# Chicagoland Area Herf at Kenny's



## Scud (Sep 9, 2007)

Jan 5th, 2PM Kenny the King of Tobacco. address:
28975 W. Route 120 Lakemoore IL 60051

A few friends are putting together a herf for this Saturday at about 2 pm. I'll probably be there a little early, 1ish to peruse the humidor and shoot the bull with a with whomever is there :ss

Kenny has the biggest and best humidor I've ever seen and his prices are amazing. I bought a bundle of 30 Arganese Maduro Presidentes for $85 and they're very very nice. He has seating in the lower level, along with a 60" plasma, pool table, dart board, etc. Bring your own drinks, (beer, soda, or coffee preferrably not in bottle) because he doesn't sell that stuff. 

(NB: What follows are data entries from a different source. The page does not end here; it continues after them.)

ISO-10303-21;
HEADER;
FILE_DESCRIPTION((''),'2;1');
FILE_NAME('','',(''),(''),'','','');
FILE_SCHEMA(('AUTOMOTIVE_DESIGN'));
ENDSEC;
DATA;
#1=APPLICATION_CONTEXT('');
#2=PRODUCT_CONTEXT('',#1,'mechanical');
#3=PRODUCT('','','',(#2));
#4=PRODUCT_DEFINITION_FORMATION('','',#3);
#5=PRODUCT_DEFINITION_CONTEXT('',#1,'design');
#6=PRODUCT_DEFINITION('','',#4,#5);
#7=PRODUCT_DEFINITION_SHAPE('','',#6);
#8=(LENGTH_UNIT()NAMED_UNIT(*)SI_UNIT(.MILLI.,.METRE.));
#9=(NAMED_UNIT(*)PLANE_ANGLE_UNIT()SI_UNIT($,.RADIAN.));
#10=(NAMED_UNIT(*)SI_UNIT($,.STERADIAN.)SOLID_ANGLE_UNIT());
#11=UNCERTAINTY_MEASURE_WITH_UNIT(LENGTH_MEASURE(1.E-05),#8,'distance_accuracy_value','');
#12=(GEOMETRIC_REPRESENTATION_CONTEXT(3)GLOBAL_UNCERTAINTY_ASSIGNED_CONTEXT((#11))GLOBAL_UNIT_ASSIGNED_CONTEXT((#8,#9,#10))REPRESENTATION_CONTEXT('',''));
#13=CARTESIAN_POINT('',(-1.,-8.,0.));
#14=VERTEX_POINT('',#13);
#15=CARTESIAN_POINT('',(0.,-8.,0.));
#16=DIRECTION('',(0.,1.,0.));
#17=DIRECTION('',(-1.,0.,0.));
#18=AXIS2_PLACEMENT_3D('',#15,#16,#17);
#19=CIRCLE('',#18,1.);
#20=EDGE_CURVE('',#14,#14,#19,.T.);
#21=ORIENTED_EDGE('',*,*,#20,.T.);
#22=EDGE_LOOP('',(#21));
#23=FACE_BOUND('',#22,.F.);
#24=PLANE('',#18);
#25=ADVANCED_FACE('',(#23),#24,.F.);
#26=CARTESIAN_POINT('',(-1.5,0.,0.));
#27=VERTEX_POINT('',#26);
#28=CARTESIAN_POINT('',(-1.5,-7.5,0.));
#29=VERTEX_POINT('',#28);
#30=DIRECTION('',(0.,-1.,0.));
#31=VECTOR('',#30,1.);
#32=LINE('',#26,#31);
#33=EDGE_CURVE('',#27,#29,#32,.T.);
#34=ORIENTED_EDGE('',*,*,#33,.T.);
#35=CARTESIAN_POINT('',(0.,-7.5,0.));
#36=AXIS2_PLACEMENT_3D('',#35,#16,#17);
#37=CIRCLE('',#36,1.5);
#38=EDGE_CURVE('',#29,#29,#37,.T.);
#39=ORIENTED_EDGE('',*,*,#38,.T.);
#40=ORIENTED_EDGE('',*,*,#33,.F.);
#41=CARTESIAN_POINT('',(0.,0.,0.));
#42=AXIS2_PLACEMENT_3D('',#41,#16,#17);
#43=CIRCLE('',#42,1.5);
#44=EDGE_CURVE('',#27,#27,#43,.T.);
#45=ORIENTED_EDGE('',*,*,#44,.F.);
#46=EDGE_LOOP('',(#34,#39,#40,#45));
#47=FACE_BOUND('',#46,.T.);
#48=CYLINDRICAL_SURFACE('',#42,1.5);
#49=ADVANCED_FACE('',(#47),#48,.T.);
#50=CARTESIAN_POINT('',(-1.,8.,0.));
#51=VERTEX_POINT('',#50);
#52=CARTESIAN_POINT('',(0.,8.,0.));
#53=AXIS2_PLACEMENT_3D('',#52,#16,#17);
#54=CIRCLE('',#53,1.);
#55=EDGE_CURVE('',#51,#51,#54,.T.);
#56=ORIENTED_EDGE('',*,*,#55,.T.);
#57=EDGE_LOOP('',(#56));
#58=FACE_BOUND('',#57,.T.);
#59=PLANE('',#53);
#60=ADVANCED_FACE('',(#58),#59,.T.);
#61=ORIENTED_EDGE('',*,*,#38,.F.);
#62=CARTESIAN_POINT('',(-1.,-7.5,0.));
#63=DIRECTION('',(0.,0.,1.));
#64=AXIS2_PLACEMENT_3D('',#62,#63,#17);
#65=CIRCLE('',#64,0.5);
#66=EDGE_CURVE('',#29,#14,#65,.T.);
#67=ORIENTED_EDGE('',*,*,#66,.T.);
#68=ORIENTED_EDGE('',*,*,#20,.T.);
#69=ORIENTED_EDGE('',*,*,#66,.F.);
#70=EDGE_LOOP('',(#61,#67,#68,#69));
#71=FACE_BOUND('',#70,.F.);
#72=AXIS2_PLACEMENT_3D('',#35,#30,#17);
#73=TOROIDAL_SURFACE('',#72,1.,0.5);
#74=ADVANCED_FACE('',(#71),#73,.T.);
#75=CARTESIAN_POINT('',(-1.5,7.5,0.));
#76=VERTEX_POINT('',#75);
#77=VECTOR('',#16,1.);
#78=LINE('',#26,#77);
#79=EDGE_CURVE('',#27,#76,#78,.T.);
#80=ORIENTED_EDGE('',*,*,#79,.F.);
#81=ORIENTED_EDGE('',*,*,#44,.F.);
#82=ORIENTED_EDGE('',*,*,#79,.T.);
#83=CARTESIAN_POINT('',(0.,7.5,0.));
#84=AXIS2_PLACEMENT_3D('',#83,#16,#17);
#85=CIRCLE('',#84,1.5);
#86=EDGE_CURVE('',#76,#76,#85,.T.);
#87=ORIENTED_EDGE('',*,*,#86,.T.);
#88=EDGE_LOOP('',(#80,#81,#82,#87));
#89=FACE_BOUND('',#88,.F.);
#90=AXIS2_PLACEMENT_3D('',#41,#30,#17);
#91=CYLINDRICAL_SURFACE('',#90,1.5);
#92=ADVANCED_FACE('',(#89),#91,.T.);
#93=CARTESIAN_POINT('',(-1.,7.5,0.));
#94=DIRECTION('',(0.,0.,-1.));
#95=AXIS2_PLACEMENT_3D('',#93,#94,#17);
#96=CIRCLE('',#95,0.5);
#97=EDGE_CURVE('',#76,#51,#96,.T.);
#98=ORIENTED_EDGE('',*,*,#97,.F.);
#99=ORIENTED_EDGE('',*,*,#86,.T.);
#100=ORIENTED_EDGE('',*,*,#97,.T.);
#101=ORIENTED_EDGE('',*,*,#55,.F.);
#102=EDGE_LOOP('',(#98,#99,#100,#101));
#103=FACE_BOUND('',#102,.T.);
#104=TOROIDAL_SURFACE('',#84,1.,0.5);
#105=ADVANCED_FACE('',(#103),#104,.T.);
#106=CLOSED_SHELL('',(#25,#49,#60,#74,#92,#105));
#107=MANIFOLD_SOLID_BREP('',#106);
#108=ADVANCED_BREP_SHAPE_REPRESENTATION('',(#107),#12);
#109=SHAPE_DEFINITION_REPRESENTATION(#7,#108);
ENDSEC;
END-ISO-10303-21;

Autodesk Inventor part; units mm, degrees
ref_plane "YZ Plane" through (0, 0, 0) normal (1, 0, 0) x (0, 1, 0)
ref_plane "XZ Plane" through (0, 0, 0) normal (0, 1, 0) x (-1, 0, 0)
ref_plane "XY Plane" through (0, 0, 0) normal (0, 0, 1) x (1, 0, 0)
sketch "スケッチ1" plane through (0, 0, 0) normal (0, 1, 0) x (-1, 0, 0)
  circle A0 centre (0, 0) radius 1.5
  dimension "d0" = 3
extrude "押し出し1" add sketch "スケッチ1" along normal mid plane 16
fillet "フィレット1" radius 0.5 2 edges at (1.5, 8, 0) (1.5, -8, 0)
properties part number "pin"
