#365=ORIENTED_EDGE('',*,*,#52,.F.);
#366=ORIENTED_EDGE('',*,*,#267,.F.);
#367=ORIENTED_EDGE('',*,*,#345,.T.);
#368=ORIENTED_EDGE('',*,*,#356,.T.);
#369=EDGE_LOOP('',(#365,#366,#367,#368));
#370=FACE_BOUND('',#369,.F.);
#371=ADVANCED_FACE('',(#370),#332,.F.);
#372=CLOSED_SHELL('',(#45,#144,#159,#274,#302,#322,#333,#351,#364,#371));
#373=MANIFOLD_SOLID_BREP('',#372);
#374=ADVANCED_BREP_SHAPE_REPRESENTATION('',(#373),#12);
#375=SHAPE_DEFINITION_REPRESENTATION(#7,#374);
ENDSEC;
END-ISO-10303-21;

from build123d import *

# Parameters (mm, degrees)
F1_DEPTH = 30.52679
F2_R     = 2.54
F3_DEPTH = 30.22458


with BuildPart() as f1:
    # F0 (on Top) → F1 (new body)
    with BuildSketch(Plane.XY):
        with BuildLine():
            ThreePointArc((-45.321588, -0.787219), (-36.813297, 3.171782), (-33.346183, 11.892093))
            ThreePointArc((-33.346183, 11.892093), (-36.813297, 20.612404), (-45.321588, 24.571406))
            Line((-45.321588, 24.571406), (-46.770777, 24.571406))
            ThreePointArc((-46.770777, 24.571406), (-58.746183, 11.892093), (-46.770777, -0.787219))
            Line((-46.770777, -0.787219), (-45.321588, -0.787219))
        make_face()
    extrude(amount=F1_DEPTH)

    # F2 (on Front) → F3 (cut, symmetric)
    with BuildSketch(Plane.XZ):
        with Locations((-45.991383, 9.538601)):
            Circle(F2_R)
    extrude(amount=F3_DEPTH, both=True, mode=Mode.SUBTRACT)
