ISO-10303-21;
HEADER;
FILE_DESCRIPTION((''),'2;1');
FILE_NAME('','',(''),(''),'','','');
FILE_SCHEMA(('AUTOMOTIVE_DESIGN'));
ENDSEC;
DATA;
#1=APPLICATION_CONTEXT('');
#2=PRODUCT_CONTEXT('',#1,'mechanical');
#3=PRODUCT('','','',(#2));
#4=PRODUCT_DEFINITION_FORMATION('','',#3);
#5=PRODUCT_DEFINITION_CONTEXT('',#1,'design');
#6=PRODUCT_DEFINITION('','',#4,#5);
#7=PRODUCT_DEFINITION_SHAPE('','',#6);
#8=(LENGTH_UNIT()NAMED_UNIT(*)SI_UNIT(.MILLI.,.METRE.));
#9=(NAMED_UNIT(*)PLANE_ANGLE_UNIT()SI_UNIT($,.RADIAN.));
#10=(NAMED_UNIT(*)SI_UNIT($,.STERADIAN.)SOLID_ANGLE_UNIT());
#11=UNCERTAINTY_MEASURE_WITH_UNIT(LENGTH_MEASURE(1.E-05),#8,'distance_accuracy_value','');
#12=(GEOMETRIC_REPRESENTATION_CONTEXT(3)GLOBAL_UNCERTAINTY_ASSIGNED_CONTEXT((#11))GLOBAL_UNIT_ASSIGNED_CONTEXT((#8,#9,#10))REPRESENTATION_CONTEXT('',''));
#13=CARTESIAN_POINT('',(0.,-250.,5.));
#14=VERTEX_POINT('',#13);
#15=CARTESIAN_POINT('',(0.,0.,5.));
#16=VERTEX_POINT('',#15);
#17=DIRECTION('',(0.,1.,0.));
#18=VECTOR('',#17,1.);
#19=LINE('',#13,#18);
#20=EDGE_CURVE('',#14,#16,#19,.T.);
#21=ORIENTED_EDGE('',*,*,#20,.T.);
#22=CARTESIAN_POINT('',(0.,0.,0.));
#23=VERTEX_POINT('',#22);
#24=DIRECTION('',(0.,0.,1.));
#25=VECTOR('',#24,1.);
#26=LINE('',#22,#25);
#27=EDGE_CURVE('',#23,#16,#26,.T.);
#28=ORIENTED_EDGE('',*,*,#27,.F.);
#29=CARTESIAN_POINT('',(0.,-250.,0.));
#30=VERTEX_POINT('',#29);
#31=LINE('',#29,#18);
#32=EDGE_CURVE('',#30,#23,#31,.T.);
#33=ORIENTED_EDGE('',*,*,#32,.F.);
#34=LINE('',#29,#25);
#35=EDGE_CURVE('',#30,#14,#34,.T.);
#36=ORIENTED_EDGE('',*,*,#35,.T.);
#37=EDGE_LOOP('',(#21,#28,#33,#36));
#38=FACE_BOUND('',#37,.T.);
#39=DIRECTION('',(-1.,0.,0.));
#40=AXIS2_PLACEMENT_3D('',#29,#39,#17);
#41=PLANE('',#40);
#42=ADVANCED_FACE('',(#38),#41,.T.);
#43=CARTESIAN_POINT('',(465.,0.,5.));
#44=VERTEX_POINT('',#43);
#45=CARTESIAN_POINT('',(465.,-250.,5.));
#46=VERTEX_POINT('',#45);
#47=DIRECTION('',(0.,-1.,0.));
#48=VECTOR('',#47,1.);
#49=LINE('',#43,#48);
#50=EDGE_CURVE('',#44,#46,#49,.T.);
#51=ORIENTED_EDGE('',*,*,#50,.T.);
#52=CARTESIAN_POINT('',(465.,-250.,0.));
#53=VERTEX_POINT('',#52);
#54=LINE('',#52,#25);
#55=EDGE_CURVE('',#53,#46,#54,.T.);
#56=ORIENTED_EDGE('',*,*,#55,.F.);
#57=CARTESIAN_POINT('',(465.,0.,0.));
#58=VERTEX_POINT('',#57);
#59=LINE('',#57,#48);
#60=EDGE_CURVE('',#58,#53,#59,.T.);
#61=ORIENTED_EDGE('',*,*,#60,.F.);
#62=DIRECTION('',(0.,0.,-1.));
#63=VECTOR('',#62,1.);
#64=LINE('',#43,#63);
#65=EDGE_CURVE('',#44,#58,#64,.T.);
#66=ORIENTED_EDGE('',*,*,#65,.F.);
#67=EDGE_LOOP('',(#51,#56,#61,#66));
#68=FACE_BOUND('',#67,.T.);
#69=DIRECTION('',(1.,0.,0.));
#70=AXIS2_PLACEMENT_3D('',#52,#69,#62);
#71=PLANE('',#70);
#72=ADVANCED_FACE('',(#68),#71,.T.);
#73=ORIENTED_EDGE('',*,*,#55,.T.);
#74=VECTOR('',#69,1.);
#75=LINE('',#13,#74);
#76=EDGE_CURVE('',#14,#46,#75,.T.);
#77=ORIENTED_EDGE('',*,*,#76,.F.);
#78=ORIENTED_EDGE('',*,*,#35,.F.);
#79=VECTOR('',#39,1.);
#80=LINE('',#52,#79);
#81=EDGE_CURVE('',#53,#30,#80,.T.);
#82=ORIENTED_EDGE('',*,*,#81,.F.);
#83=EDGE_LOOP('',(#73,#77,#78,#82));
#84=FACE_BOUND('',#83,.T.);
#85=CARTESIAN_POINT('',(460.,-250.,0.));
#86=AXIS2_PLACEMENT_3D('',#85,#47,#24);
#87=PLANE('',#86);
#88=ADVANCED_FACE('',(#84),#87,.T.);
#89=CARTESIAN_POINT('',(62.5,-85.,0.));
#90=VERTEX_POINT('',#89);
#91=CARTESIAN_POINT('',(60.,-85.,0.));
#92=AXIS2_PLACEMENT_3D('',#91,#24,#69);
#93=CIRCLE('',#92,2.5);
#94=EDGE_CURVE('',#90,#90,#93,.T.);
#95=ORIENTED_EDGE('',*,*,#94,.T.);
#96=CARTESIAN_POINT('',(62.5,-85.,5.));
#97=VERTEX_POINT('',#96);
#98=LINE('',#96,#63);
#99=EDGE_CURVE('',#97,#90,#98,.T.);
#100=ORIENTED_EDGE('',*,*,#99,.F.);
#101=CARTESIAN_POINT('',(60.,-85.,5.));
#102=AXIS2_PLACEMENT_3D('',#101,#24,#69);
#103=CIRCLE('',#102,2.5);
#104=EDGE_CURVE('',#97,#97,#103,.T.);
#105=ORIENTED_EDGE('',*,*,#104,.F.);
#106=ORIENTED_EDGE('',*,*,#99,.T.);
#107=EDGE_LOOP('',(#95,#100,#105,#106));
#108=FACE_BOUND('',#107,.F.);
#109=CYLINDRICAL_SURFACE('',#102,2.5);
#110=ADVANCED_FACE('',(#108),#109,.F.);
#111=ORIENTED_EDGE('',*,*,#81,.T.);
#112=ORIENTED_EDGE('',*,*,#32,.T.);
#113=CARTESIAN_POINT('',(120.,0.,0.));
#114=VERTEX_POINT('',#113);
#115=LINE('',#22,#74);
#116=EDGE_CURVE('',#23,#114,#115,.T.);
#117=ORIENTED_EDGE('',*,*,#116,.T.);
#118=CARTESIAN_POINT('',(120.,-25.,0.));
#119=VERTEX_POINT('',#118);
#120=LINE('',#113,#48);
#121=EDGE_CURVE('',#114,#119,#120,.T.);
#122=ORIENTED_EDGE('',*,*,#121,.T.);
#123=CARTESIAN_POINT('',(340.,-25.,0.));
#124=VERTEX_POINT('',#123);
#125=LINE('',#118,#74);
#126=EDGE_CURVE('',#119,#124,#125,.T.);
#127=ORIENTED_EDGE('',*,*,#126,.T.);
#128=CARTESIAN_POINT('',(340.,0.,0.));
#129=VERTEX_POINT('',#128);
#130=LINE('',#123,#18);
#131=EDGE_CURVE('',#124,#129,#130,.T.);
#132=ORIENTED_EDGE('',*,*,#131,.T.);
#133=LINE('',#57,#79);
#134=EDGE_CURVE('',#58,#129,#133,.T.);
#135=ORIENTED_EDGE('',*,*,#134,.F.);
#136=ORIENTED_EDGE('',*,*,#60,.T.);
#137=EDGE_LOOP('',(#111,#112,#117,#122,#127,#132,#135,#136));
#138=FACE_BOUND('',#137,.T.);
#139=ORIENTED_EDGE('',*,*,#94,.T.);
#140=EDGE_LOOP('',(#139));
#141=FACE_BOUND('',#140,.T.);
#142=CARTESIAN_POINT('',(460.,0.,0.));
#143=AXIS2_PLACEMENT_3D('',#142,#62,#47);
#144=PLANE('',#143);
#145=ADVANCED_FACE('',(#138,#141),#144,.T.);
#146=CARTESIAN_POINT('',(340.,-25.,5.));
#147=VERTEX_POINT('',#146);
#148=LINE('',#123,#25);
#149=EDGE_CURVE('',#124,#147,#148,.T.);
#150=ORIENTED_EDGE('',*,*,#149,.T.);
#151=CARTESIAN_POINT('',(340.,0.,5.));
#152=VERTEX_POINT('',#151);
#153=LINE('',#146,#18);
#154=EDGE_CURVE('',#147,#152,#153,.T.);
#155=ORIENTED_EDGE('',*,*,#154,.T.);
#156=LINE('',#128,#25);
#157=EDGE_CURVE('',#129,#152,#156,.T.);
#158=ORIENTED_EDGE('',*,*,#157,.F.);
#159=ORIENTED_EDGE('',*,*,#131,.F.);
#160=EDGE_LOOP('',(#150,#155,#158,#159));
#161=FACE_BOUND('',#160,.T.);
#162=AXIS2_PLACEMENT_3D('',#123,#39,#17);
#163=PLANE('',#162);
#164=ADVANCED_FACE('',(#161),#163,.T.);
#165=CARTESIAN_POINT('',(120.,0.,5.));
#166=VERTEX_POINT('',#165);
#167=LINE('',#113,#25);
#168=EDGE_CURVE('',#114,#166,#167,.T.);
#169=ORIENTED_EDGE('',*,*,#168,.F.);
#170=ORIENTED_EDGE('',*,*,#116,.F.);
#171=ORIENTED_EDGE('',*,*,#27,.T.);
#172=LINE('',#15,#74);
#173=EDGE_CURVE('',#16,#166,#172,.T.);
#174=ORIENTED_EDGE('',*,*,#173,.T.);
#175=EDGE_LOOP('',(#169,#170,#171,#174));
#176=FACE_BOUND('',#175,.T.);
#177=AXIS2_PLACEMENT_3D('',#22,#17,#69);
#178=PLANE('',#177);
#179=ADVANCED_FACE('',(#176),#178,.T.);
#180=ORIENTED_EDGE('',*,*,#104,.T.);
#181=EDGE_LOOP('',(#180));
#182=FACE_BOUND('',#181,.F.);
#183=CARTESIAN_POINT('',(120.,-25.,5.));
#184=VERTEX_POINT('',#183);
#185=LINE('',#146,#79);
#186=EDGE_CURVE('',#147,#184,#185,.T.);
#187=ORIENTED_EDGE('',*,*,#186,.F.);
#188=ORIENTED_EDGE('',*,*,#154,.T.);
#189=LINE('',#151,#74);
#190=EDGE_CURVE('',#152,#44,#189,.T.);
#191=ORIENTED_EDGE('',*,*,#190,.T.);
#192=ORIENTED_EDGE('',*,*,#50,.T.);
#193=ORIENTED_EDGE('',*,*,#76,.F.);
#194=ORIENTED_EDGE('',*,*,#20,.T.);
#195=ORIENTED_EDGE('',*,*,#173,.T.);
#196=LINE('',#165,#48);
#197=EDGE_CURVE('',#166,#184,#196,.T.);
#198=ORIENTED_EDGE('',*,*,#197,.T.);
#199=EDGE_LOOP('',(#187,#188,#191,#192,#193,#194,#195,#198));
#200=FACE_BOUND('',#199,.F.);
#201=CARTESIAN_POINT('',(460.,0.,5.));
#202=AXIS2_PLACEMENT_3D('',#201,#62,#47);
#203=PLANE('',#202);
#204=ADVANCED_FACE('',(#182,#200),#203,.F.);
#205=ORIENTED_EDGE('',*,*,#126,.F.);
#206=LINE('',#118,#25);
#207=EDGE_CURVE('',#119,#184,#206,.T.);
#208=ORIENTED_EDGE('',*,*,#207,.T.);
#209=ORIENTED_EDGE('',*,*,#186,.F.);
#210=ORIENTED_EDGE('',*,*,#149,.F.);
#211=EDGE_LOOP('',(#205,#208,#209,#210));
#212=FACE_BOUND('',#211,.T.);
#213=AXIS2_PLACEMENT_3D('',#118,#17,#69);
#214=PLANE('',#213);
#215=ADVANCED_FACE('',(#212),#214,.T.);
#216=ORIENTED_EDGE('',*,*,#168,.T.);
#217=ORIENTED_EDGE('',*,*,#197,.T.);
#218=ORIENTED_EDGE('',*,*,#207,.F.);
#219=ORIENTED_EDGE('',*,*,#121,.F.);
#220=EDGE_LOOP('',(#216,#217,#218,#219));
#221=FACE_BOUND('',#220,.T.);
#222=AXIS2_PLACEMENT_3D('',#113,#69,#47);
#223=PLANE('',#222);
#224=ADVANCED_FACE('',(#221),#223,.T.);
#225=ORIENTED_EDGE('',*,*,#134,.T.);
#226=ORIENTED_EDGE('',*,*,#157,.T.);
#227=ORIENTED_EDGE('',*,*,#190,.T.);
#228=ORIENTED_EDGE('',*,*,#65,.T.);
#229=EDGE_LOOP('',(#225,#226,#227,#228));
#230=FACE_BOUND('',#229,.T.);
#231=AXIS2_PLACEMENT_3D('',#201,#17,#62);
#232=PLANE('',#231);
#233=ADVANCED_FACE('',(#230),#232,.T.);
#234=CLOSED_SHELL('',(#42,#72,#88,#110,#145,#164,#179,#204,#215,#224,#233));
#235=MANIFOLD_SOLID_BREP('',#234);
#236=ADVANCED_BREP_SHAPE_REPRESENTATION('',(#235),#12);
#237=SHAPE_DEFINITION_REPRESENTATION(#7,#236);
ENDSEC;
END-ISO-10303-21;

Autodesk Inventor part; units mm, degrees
ref_plane "YZ Plane" through (0, 0, 0) normal (1, 0, 0) x (0, 1, 0)
ref_plane "XZ Plane" through (0, 0, 0) normal (0, 1, 0) x (-1, 0, 0)
ref_plane "XY Plane" through (0, 0, 0) normal (0, 0, 1) x (1, 0, 0)
sketch "Sketch1" plane through (0, 0, 0) normal (0, 0, 1) x (1, 0, 0)
  line L0 (0, 0) -> (460, 0)
  line L1 (460, 0) -> (460, -250)
  line L2 (460, -250) -> (0, -250)
  line L3 (0, -250) -> (0, 0)
  line L4 (0, 0) -> (120, 0)
  line L5 (120, 0) -> (120, -25)
  line L6 (120, -25) -> (320, -25)
  line L7 (320, -25) -> (340, -25)
  line L8 (340, -25) -> (340, 0)
  line L9 (340, 0) -> (460, 0)
extrude "Extrusion1" add sketch "Sketch1" along normal blind 5 contours L0 L5 L6 L7 L8 L1 L2 L3
sketch "Sketch2" plane through (0, 0, 5) normal (0, 0, 1) x (1, 0, 0)
  circle A0 centre (60, -85) radius 2.5
  point P0 (0, 0)
extrude "Extrusion2" cut sketch "Sketch2" against normal through all
sketch "Sketch3" plane through (460, -250, 0) normal (1, 0, 0) x (0, 0, -1)
  line L0 (-5, 250) -> (-5, 0) projected
  line L1 (0, 0) -> (-5, 0) projected
  line L2 (-5, 250) -> (0, 250)
  line L3 (0, 250) -> (0, 0)
  line L4 (0, 0) -> (-5, 0)
  line L5 (-5, 0) -> (-5, 250)
extrude "Extrusion3" add sketch "Sketch3" along normal blind 5
sketch "Sketch4" plane through (0, 0, 5) normal (0, 0, 1) x (1, 0, 0)
  point P0 (0, 0)
sketch "Sketch5" plane through (465, -250, 0) normal (1, 0, 0) x (0, 0, -1)
  line L0 (0, 250) -> (-5, 250) projected
  line L1 (0, 250) -> (0, 0) projected
  line L2 (-5, 250) -> (0, 250)
  line L3 (0, 250) -> (0, 0)
  line L4 (0, 0) -> (-5, 0)
  line L5 (-5, 0) -> (-5, 250)
properties part number "new back support 2"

Everyone/anyone is welcome :tu :ss

Hope to see y'all there :chk


----------



## Scud (Sep 9, 2007)

Kenny's is really easy to find. It's on highway 120, just west of rt. 59 in Lakemoor.


----------



## Scud (Sep 9, 2007)

I just received an email from Kenny saying he's having a 20% off sale on boxes and has other great deals for the month of January. Believe me, he has an amazing selection :ss


----------



## Bruce (Dec 31, 1999)

not too far from me....only about 30 to 40 minutes. Fairly new place, as I used to drive through Lakemoor on a regular basis and there was not much commercial development out there. Looks like a nice place from the outside.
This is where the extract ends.